Well, Khiva submitted; Russia got her foot on the left bank of the Oxus, and, in spite of all self-delusions, the uneasiness of England about Russian coterminousness with Afghanistan grew apace. The intention of safe-guarding the limits of the country intervening between England and Russia was in existence, but not the adequate will and power to obtain a desirable solution. Whilst walking in the avenues of Baden-Baden, Lord Clarendon and Prince Gortschakoff were quite happy to stumble over the new idea of a neutral zone to be made out of Afghanistan, a sort of buffer which was sure to prevent any future collisions; for his Majesty, the Czar, gave his sacred promises to fully respect the neutrality of the country of the Afghans; and English optimists, asking for

nothing better than a loophole to escape through, were quite happy at this arrangement.

But the Czar is at the far distance in the north; and his representative at Tashkend happened to have such notions of Afghan neutrality as were entirely different from those of his master. Whilst the English were enjoying the full beatitude of the peaceful arrangement made with their northern rival, this very representative of the Czar was indefatigable in sending secret missions and correspondences to the Emir of Kabul, in which the latter was told of the great interest the people of Russia took in his fate, and particularly how they pitied him for having become the victim of English despotism, treachery, and egotism. Of these Russian billets doux but very little has transpired in Europe; but their effect was clearly and unmistakably visible in the behaviour of the late Shir Ali Khan, a prince of tolerably good disposition, and certainly far superior to the present ruler of Afghanistan, but who, soured by the irresolute policy of the Viceroy of India at the time he was struggling hard for his throne against various competitors, just wanted the above-mentioned secret encouragement and this continual goading from Tashkend in order to become the declared enemy of Great Britain, as he afterwards proved.
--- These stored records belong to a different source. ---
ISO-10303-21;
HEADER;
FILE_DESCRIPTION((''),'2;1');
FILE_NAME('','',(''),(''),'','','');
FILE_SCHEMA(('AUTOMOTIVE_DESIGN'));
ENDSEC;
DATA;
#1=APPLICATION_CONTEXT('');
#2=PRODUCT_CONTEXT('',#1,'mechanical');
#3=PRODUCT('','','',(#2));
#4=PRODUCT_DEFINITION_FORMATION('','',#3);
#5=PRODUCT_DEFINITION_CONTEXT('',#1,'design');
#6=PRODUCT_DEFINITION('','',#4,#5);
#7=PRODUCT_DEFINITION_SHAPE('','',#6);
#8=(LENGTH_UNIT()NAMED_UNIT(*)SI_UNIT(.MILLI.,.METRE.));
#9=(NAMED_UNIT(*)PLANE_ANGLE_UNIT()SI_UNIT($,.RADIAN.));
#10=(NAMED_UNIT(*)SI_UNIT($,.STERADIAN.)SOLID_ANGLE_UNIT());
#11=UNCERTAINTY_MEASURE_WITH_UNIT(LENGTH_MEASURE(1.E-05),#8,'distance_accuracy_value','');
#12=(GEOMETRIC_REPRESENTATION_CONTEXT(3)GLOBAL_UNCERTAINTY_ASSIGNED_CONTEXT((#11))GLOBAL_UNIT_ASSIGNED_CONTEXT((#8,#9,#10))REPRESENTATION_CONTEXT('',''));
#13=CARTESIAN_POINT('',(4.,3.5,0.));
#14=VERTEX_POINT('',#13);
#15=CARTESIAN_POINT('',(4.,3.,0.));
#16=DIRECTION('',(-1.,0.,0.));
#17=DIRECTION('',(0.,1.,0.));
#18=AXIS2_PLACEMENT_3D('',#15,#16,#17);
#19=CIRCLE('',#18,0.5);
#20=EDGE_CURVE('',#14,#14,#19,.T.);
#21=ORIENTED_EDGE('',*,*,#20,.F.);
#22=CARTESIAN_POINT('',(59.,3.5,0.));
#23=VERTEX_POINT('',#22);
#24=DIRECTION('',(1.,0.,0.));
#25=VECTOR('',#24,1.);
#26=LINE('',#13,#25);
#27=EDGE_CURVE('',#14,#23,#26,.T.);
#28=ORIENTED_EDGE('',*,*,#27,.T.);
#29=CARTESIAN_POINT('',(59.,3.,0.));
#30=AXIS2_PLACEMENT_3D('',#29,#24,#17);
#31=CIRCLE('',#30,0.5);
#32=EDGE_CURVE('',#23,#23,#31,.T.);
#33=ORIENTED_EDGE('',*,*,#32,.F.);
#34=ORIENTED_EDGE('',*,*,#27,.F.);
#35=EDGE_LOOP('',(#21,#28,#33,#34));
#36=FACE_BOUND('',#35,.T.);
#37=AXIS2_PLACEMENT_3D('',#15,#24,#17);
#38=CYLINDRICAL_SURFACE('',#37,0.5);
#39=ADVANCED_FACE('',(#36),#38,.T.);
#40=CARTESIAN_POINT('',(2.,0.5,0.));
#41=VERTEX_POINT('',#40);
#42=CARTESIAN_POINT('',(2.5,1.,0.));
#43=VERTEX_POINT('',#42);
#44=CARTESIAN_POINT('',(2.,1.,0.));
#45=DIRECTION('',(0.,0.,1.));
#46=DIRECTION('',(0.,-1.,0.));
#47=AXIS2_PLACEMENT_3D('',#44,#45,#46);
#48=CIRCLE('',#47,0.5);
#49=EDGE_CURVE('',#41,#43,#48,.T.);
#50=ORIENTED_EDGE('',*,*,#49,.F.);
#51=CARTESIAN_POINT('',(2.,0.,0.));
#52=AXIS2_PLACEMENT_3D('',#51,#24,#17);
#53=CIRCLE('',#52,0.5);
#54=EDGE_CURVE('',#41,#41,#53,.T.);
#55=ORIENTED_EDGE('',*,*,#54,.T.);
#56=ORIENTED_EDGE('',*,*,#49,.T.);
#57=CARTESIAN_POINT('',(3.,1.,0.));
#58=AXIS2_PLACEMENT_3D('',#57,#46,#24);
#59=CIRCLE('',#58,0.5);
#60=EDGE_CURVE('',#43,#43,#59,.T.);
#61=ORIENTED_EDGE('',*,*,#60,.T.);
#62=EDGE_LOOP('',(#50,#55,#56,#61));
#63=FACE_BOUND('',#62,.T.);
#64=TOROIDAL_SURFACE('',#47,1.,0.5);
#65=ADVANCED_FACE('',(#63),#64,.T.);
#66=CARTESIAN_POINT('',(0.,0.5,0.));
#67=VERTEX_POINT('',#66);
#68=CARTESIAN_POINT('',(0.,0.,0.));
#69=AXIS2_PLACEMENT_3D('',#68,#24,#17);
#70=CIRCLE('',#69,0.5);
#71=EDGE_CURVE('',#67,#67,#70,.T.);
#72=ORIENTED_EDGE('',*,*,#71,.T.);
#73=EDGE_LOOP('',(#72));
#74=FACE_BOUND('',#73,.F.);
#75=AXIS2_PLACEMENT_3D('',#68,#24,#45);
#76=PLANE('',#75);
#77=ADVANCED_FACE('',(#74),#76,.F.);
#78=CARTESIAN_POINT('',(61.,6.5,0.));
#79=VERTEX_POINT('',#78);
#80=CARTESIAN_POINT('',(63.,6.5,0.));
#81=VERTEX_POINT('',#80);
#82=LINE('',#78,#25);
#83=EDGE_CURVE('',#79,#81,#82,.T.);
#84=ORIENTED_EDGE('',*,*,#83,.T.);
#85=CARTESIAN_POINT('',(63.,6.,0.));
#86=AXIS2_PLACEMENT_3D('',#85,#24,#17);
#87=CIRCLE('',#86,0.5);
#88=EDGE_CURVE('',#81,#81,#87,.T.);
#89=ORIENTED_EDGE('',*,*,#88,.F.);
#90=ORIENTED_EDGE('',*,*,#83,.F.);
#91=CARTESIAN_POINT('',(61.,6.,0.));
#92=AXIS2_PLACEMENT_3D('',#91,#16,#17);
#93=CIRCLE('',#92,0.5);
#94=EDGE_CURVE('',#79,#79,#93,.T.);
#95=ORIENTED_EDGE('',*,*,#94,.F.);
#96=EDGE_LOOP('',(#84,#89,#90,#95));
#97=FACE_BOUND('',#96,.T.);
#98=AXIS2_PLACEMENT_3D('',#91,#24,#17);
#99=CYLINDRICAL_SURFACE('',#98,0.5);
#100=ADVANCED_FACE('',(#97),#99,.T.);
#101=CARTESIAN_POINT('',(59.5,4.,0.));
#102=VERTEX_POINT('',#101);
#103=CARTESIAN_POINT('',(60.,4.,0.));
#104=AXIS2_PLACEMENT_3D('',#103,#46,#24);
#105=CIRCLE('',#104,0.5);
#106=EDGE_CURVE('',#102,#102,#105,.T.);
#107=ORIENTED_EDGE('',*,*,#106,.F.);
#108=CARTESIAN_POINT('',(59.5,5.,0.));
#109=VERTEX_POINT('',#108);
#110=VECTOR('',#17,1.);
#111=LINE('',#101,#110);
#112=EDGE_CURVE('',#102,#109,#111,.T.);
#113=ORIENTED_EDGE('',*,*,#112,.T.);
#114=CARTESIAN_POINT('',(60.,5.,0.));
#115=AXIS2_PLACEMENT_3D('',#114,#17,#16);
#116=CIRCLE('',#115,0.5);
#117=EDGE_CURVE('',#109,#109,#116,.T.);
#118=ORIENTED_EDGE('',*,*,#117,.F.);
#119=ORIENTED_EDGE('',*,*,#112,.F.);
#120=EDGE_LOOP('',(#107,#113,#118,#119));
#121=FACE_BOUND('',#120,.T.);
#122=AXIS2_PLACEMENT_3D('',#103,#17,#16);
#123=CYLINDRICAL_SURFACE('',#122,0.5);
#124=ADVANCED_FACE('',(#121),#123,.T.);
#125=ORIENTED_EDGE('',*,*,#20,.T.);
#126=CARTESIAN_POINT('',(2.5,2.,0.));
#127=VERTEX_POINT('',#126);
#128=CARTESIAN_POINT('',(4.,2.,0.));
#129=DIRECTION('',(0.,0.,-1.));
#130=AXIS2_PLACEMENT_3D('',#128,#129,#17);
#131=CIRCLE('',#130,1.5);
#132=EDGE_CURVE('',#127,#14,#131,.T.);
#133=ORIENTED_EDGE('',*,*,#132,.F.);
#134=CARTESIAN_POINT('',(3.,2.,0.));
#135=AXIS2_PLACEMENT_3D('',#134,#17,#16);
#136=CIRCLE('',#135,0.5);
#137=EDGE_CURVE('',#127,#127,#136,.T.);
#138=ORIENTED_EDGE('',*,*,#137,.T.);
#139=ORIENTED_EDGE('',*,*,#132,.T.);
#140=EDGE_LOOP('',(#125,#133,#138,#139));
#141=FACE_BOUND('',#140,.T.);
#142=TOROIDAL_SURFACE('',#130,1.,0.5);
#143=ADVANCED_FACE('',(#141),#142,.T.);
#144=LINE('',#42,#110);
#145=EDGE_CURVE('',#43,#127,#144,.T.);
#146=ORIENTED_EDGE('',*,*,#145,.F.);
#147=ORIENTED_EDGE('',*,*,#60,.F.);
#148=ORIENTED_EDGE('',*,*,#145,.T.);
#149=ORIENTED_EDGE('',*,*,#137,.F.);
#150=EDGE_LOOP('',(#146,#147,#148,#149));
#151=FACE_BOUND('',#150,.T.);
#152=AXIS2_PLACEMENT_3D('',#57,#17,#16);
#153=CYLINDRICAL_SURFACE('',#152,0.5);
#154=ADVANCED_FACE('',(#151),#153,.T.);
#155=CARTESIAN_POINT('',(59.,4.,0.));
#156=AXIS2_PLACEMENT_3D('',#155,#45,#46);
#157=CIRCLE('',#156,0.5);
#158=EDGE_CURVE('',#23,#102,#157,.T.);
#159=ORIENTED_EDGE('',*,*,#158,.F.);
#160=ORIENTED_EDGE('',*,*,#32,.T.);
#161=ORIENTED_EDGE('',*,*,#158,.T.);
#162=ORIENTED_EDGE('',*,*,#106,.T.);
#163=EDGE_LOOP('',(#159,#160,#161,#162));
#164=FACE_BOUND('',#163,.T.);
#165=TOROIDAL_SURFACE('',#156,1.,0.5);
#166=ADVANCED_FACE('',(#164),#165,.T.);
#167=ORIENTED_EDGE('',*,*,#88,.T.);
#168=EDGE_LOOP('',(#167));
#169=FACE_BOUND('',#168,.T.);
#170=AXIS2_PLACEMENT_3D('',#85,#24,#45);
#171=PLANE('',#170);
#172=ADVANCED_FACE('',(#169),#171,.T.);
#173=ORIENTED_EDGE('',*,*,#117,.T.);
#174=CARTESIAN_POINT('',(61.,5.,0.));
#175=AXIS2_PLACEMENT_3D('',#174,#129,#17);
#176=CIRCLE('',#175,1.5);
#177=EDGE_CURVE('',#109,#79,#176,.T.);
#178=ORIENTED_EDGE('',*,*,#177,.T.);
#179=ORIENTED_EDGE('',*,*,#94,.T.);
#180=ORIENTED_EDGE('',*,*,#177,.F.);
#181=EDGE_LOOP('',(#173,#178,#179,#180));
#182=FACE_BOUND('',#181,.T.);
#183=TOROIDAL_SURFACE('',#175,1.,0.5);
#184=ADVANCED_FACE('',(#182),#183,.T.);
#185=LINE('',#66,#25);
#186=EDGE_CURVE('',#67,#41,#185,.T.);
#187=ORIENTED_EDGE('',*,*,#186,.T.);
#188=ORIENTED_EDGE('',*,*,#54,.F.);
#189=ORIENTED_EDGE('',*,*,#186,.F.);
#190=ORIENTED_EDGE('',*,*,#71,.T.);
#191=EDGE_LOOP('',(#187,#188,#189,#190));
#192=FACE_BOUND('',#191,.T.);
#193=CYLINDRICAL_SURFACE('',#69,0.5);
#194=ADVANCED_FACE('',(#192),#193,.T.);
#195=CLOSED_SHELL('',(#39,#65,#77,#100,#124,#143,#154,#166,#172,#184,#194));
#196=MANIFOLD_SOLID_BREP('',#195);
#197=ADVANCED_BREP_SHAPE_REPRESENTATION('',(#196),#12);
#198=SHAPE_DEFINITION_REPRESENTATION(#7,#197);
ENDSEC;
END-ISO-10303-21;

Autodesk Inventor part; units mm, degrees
ref_plane "YZ Plane" through (0, 0, 0) normal (1, 0, 0) x (0, 1, 0)
ref_plane "XZ Plane" through (0, 0, 0) normal (0, 1, 0) x (-1, 0, 0)
ref_plane "XY Plane" through (0, 0, 0) normal (0, 0, 1) x (1, 0, 0)
sketch "Skizze1" plane through (0, 0, 0) normal (0, 0, 1) x (1, 0, 0)
  line L0 (0, 0) -> (2, 0)
  line L1 (3, 1) -> (3, 2)
  line L2 (4, 3) -> (59, 3)
  line L3 (60, 4) -> (60, 5)
  line L4 (61, 6) -> (63, 6)
  arc A0 (2, 0) -> (3, 1) centre (2, 1) ccw
  arc A1 (4, 3) -> (3, 2) centre (4, 2) ccw
  arc A2 (59, 3) -> (60, 4) centre (59, 4) ccw
  arc A3 (61, 6) -> (60, 5) centre (61, 5) ccw
  dimension "d0" = 1
  dimension "d4" = 2
  dimension "d5" = 3
  dimension "d6" = 3
  dimension "d7" = 55
  dimension "d8" = 2
sketch "Skizze2" plane through (0, 0, 0) normal (1, 0, 0) x (0, 1, 0)
  circle A0 centre (0, 0) radius 0.5
  dimension "d1" = 1
sweep "Sweeping1" add profiles "Skizze2" path "Skizze1"
properties part number "P_Wing_mid_servolink"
We have no space here to dwell at any length

upon the main causes of the second Afghan war; nor shall we enter into the discussion of whether it was the short-sightedness of the Conservatives in England, or the rashness of Lord Lytton, which precipitated that bloody campaign. But we cannot abstain from remarking that Shir Ali was by no means the innocent lamb he is represented to be by the Liberal politicians of Great Britain. Left to his own fate through the principles of "masterly inactivity," and getting, through his own efforts, upon the musnud of Kabul, the subsidies he got in the shape of presents from Calcutta were utterly inefficient to make this man a staunch ally of England. He was always sulky and always hankering after an increase in the subsidies, for he was more greedy than the rest of the Afghans; and, having been secretly spurred and pushed from Tashkend, it was but quite natural that the good understanding between him and Great Britain should have turned out a failure, that the meetings at Amballah and Simla proved unsuccessful, and that the second Afghan war was an unavoidable consequence of this long tension.

The history of the arrival of the Russian mission under Stolyetoff at Kabul, and the refusal of the Emir to receive the British mission, are too fresh in memory to require any reiteration.